** Opening Extracted information block **

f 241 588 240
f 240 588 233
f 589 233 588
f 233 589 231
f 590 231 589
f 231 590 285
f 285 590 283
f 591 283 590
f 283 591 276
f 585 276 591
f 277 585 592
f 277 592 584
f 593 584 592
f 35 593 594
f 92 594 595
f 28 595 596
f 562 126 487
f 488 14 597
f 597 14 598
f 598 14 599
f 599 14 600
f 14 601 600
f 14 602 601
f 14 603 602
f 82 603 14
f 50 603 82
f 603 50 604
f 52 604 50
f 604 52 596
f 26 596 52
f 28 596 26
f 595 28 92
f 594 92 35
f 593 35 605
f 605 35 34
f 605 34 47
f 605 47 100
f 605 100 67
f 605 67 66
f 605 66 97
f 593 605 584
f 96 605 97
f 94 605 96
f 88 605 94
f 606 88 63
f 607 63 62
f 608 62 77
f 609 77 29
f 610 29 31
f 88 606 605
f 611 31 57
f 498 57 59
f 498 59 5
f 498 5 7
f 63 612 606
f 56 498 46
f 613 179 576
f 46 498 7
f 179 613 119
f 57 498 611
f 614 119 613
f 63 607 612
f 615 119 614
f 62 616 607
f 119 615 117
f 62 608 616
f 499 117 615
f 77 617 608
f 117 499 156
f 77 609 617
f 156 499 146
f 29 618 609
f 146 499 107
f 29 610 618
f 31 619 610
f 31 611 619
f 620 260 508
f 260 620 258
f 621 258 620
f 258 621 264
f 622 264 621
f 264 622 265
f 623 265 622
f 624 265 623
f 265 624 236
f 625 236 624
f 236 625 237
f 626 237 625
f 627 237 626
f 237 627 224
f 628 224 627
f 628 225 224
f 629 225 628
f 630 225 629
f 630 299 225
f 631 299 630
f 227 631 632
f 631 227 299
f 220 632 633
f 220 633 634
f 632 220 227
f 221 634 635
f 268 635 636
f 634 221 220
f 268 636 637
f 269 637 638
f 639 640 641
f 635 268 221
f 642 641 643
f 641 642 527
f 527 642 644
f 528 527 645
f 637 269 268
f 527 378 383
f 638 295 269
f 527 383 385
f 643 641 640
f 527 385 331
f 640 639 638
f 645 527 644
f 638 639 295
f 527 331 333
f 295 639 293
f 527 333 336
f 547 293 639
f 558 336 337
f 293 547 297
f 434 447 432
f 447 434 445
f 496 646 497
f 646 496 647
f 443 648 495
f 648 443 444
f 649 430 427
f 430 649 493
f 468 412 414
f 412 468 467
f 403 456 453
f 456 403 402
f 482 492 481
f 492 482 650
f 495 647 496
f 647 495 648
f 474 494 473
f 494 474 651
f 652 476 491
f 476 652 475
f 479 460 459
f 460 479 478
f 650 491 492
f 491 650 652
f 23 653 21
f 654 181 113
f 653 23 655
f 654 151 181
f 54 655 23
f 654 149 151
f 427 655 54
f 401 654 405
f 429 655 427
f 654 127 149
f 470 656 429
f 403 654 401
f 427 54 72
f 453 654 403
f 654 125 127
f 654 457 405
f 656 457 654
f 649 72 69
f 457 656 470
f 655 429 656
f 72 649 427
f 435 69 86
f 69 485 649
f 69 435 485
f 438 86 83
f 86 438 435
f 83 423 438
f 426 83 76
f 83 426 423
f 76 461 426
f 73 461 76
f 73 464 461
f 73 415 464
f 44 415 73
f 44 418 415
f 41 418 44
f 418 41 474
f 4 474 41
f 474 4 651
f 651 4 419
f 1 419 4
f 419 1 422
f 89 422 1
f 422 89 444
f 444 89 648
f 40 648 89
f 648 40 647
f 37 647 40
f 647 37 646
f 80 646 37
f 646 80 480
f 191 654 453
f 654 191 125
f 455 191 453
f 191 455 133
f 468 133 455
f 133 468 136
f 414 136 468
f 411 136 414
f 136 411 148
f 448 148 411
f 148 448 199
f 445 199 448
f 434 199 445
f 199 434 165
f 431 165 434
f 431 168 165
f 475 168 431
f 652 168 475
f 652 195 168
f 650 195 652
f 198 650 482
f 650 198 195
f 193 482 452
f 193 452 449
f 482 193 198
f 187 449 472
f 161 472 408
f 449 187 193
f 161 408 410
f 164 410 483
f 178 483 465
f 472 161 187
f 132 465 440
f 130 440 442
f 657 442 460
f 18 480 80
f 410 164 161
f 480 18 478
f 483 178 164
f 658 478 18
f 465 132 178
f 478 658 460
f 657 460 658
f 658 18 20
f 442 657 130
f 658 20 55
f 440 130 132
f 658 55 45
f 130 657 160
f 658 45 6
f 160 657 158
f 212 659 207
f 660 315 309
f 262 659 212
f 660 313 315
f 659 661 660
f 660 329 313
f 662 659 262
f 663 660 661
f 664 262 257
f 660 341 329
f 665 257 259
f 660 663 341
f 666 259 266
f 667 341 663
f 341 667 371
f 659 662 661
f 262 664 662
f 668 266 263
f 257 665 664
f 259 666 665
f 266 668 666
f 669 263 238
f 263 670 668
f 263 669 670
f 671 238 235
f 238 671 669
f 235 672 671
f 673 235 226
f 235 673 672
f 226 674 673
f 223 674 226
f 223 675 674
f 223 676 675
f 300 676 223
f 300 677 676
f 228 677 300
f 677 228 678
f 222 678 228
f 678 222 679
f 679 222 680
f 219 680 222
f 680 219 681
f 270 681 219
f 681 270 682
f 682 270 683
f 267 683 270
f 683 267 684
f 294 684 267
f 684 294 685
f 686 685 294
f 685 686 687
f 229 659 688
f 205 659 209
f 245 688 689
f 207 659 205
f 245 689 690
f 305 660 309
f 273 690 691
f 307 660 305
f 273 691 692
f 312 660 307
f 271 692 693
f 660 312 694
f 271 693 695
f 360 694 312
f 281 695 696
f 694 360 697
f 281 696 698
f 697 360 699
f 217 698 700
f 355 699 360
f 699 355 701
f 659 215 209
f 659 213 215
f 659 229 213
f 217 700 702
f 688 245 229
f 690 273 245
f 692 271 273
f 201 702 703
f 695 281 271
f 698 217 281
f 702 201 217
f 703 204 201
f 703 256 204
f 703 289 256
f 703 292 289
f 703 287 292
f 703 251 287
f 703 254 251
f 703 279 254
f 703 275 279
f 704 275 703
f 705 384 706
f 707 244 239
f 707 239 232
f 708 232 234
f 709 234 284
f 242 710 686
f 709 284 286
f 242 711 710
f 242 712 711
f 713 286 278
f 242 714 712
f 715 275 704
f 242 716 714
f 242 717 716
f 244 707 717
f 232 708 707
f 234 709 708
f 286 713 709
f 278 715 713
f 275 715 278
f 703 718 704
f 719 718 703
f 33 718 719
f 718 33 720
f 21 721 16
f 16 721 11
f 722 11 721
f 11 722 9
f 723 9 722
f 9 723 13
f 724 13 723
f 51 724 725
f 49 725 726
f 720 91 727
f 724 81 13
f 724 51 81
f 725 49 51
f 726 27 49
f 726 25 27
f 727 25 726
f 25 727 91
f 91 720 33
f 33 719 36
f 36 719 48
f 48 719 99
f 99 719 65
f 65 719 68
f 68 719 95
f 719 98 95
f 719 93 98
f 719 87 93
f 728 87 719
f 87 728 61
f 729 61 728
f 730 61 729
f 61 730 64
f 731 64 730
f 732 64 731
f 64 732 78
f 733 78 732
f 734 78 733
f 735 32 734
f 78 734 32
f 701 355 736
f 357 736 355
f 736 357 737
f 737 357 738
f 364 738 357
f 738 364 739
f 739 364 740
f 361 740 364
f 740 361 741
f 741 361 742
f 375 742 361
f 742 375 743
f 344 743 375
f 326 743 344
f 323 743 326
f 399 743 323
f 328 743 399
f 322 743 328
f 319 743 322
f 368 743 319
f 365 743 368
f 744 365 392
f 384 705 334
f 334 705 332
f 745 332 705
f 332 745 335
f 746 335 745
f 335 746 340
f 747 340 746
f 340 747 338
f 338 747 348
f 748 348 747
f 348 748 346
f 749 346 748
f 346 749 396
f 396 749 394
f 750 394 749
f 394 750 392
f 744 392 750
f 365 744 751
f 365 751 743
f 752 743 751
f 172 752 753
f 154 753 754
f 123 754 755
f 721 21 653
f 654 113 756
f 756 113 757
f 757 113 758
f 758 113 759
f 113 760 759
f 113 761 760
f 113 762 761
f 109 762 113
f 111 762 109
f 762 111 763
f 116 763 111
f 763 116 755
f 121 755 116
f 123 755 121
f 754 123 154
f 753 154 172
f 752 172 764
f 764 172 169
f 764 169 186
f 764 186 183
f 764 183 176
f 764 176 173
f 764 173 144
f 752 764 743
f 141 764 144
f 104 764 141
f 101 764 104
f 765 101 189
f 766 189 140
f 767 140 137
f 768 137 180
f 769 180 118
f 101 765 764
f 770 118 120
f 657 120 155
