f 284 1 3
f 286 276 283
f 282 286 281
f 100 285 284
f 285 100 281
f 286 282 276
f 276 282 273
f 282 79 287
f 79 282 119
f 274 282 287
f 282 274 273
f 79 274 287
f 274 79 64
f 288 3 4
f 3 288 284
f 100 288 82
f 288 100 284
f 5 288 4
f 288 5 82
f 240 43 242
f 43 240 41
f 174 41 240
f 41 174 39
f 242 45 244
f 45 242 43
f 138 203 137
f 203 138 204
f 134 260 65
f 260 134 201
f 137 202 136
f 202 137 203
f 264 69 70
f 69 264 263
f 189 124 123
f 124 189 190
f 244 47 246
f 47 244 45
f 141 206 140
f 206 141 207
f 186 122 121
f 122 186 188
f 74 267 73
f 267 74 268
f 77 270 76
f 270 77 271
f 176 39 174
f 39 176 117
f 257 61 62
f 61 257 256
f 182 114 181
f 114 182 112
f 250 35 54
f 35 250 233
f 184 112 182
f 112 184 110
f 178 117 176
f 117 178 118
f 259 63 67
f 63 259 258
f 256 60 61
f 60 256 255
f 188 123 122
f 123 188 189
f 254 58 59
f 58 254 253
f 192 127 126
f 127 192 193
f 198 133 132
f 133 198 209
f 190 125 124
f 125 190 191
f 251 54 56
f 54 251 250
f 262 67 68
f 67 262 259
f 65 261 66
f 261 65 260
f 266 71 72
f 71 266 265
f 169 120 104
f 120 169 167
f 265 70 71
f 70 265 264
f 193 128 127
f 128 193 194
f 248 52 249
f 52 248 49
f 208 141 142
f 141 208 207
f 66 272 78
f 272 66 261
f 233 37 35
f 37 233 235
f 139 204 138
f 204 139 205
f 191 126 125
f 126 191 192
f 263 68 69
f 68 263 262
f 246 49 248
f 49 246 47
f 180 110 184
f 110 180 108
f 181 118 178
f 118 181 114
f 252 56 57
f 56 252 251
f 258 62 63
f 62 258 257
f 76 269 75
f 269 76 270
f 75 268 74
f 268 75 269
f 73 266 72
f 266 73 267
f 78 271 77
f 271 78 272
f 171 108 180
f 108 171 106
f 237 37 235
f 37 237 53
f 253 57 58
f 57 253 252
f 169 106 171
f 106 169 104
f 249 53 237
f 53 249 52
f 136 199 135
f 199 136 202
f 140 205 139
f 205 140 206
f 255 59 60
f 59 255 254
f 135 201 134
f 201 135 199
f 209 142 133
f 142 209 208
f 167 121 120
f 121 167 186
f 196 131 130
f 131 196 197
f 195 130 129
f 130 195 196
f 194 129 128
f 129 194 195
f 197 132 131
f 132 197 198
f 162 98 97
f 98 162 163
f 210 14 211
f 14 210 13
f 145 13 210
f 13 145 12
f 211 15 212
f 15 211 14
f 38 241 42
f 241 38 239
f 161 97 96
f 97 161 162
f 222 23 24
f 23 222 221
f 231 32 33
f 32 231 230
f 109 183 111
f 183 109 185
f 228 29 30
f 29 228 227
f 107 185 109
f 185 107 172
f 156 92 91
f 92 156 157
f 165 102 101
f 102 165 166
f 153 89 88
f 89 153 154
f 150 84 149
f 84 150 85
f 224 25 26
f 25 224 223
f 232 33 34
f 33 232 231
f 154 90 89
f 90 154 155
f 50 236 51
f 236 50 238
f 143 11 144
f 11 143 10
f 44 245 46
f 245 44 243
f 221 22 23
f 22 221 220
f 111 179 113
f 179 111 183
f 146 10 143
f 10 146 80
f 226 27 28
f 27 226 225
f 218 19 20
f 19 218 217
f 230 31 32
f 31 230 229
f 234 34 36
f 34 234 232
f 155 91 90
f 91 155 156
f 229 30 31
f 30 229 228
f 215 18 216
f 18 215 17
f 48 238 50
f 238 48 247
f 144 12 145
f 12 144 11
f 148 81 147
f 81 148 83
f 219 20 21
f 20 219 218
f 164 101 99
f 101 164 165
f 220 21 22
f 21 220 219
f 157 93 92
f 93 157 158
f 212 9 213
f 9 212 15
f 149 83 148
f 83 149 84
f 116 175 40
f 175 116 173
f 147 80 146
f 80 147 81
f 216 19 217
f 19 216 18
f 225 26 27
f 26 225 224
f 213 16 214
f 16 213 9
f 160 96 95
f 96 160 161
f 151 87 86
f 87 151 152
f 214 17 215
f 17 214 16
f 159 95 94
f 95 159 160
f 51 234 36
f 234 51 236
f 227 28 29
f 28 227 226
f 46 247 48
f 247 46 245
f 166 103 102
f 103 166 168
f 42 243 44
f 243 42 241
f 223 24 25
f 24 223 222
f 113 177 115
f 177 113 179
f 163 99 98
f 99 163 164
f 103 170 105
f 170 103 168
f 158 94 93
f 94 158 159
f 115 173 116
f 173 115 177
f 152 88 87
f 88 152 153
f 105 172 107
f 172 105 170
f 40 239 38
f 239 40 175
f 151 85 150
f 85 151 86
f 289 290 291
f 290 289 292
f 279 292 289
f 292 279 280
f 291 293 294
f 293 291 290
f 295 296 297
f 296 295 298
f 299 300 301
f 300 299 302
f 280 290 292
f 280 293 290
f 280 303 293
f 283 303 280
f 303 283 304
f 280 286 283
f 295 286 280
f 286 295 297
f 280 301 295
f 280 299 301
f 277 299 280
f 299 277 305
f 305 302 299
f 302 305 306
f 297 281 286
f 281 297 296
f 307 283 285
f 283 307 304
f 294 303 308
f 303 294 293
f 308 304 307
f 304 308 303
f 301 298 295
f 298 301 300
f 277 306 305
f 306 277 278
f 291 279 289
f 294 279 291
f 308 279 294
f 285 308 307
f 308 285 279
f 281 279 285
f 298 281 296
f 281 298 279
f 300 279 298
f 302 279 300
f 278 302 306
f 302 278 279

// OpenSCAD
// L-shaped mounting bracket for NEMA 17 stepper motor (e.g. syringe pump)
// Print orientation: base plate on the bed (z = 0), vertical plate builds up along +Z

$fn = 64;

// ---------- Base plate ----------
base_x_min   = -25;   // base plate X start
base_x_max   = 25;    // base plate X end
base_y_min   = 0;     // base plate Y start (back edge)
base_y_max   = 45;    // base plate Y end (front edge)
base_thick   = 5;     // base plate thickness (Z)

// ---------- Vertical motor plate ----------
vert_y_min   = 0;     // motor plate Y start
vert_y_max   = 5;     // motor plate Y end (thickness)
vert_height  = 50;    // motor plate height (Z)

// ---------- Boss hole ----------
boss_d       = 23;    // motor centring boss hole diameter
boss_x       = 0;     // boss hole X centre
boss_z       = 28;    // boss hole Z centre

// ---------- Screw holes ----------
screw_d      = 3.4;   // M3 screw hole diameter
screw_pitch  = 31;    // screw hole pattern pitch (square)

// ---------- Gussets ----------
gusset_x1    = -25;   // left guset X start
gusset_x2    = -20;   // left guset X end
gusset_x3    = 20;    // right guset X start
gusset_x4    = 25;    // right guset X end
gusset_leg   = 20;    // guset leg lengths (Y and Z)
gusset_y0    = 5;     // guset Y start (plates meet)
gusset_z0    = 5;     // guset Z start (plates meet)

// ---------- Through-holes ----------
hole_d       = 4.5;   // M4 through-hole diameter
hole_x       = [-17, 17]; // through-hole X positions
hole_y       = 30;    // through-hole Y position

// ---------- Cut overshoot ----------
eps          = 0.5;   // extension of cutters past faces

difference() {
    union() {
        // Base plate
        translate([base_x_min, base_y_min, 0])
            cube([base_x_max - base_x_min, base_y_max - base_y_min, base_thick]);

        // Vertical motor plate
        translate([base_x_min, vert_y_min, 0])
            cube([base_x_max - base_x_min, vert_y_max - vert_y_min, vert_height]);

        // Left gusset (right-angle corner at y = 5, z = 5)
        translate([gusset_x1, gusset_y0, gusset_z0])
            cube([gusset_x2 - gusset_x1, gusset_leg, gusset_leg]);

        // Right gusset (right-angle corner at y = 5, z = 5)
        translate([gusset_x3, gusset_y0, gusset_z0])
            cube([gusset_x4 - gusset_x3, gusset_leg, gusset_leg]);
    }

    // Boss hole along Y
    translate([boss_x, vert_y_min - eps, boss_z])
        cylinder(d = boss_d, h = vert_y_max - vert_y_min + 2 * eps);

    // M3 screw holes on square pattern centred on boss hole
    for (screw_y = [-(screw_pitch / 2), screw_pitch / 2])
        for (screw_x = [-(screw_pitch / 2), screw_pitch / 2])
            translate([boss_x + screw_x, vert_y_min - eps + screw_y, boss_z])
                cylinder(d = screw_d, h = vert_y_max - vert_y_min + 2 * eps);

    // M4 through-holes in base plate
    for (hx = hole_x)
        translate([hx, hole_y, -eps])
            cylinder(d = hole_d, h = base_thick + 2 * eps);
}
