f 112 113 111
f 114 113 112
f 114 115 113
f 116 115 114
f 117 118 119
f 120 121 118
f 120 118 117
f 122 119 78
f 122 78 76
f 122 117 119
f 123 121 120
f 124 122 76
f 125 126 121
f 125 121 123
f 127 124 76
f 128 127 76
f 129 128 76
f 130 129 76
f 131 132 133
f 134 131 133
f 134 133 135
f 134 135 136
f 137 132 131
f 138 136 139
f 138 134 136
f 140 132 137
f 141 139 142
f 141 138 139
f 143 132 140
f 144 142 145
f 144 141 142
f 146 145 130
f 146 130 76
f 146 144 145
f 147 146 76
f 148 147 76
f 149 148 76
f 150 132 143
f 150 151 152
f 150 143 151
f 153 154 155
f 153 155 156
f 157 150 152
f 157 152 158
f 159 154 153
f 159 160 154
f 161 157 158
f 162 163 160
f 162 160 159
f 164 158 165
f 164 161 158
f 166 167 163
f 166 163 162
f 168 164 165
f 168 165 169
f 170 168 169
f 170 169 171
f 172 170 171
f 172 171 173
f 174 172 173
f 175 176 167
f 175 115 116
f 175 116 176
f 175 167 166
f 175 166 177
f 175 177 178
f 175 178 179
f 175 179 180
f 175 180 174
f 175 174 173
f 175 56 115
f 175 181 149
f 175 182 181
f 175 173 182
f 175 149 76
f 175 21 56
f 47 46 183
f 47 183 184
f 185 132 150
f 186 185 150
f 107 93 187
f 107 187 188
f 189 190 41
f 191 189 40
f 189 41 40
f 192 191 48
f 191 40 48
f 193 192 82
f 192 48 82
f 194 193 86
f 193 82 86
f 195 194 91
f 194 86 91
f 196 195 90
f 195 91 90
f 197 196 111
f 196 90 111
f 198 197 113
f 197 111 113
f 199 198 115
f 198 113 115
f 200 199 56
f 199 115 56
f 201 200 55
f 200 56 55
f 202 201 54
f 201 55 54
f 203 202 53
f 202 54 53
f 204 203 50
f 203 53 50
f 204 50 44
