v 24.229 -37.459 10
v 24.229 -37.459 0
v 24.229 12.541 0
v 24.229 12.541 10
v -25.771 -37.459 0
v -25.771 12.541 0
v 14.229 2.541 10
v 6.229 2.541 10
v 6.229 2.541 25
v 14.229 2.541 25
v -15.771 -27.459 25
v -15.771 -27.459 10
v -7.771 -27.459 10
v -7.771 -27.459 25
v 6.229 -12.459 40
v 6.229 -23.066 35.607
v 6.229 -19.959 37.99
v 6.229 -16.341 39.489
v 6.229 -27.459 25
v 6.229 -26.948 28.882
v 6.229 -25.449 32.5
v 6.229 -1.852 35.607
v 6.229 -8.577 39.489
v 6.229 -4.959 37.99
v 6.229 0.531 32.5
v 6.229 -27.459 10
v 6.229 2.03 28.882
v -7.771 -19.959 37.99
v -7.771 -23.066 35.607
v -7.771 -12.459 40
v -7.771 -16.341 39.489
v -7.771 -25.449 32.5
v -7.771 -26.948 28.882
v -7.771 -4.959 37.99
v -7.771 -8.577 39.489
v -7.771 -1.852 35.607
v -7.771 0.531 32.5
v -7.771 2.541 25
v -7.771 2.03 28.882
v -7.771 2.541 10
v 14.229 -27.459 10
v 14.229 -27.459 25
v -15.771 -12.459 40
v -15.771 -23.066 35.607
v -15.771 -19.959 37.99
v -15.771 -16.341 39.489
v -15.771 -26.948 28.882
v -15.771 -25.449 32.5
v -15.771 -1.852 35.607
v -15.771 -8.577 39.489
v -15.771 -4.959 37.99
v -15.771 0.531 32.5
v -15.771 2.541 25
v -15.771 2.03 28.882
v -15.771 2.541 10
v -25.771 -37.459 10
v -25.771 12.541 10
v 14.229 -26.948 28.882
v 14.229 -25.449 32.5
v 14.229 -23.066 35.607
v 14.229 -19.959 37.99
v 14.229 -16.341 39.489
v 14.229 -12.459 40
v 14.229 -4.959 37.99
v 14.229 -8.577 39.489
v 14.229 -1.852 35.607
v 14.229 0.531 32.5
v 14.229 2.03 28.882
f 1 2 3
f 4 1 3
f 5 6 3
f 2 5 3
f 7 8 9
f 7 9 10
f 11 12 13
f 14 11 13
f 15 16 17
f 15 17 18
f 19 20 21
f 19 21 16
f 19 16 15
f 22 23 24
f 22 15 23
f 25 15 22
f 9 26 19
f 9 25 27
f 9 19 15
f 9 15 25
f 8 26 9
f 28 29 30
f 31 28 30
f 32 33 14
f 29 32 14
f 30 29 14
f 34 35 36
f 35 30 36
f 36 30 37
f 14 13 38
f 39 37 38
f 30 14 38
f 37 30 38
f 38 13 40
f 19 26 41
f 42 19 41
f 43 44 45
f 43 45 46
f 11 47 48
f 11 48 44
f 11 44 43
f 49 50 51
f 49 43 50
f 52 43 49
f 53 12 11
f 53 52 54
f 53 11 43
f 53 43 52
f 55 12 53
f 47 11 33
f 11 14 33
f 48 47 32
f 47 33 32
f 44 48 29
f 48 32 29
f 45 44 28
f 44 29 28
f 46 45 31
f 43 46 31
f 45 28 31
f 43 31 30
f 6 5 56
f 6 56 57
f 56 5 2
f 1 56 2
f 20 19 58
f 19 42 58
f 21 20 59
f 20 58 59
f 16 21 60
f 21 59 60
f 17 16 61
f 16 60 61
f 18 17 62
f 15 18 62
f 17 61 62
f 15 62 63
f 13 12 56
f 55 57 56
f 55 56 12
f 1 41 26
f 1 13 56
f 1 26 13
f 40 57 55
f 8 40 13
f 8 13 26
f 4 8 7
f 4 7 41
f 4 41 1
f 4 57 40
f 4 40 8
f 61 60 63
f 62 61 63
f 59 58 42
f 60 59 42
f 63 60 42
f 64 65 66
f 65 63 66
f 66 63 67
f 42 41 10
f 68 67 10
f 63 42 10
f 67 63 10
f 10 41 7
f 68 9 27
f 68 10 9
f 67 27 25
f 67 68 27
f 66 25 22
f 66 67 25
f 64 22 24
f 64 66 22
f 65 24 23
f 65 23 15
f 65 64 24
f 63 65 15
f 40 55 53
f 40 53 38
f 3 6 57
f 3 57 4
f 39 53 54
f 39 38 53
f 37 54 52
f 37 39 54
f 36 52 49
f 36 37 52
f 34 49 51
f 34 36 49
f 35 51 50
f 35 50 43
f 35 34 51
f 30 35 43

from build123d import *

# Parameters (mm, degrees)
F0_W     = 50
F0_H     = 50
F3_DEPTH = 10
F2_W     = 8
F2_H     = 30
F4_DEPTH = 40
F1_W     = 8
F1_H     = 30
F5_DEPTH = 40
F6_R     = 14.99999
F7_R     = 14.99999


# Not quite as in the source:
# - a fillet or chamfer is up to 0.001 mm smaller than in the source, because OpenCascade refuses the exact size


with BuildPart() as f3:
    # F0 (on Top) → F3 (new body)
    with BuildSketch(Plane.XY):
        with Locations((-0.7709864527, -12.4589413404)):
            Rectangle(F0_W, F0_H)
    extrude(amount=F3_DEPTH)

    # F2 (on face) → F4 (join)
    with BuildSketch(Plane.XY):
        with Locations((10.2290135473, -12.4589413404)):
            Rectangle(F2_W, F2_H)
    extrude(amount=F4_DEPTH)

    # F1 (on face) → F5 (join)
    with BuildSketch(Plane.XY):
        with Locations((-11.7709864527, -12.4589413404)):
            Rectangle(F1_W, F1_H)
    extrude(amount=F5_DEPTH)

    # F6 (radius 15 in the source; OpenCascade refuses exactly that, so slightly less here)
    f6_edges = [f3.edges().sort_by_distance(p)[0] for p in [
        (-11.770986, -27.458941, 40),
        (-11.770986, 2.541059, 40),
    ]]
    fillet(f6_edges, radius=F6_R)

    # F7 (radius 15 in the source; OpenCascade refuses exactly that, so slightly less here)
    f7_edges = [f3.edges().sort_by_distance(p)[0] for p in [
        (10.229014, 2.541059, 40),
        (10.229014, -27.458941, 40),
    ]]
    fillet(f7_edges, radius=F7_R)


solid = f3.part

** Closing Extracted information block **

Brief: Of all the lines in the entries, count those with the string "square", and report only that number.

Output of the exercise: 2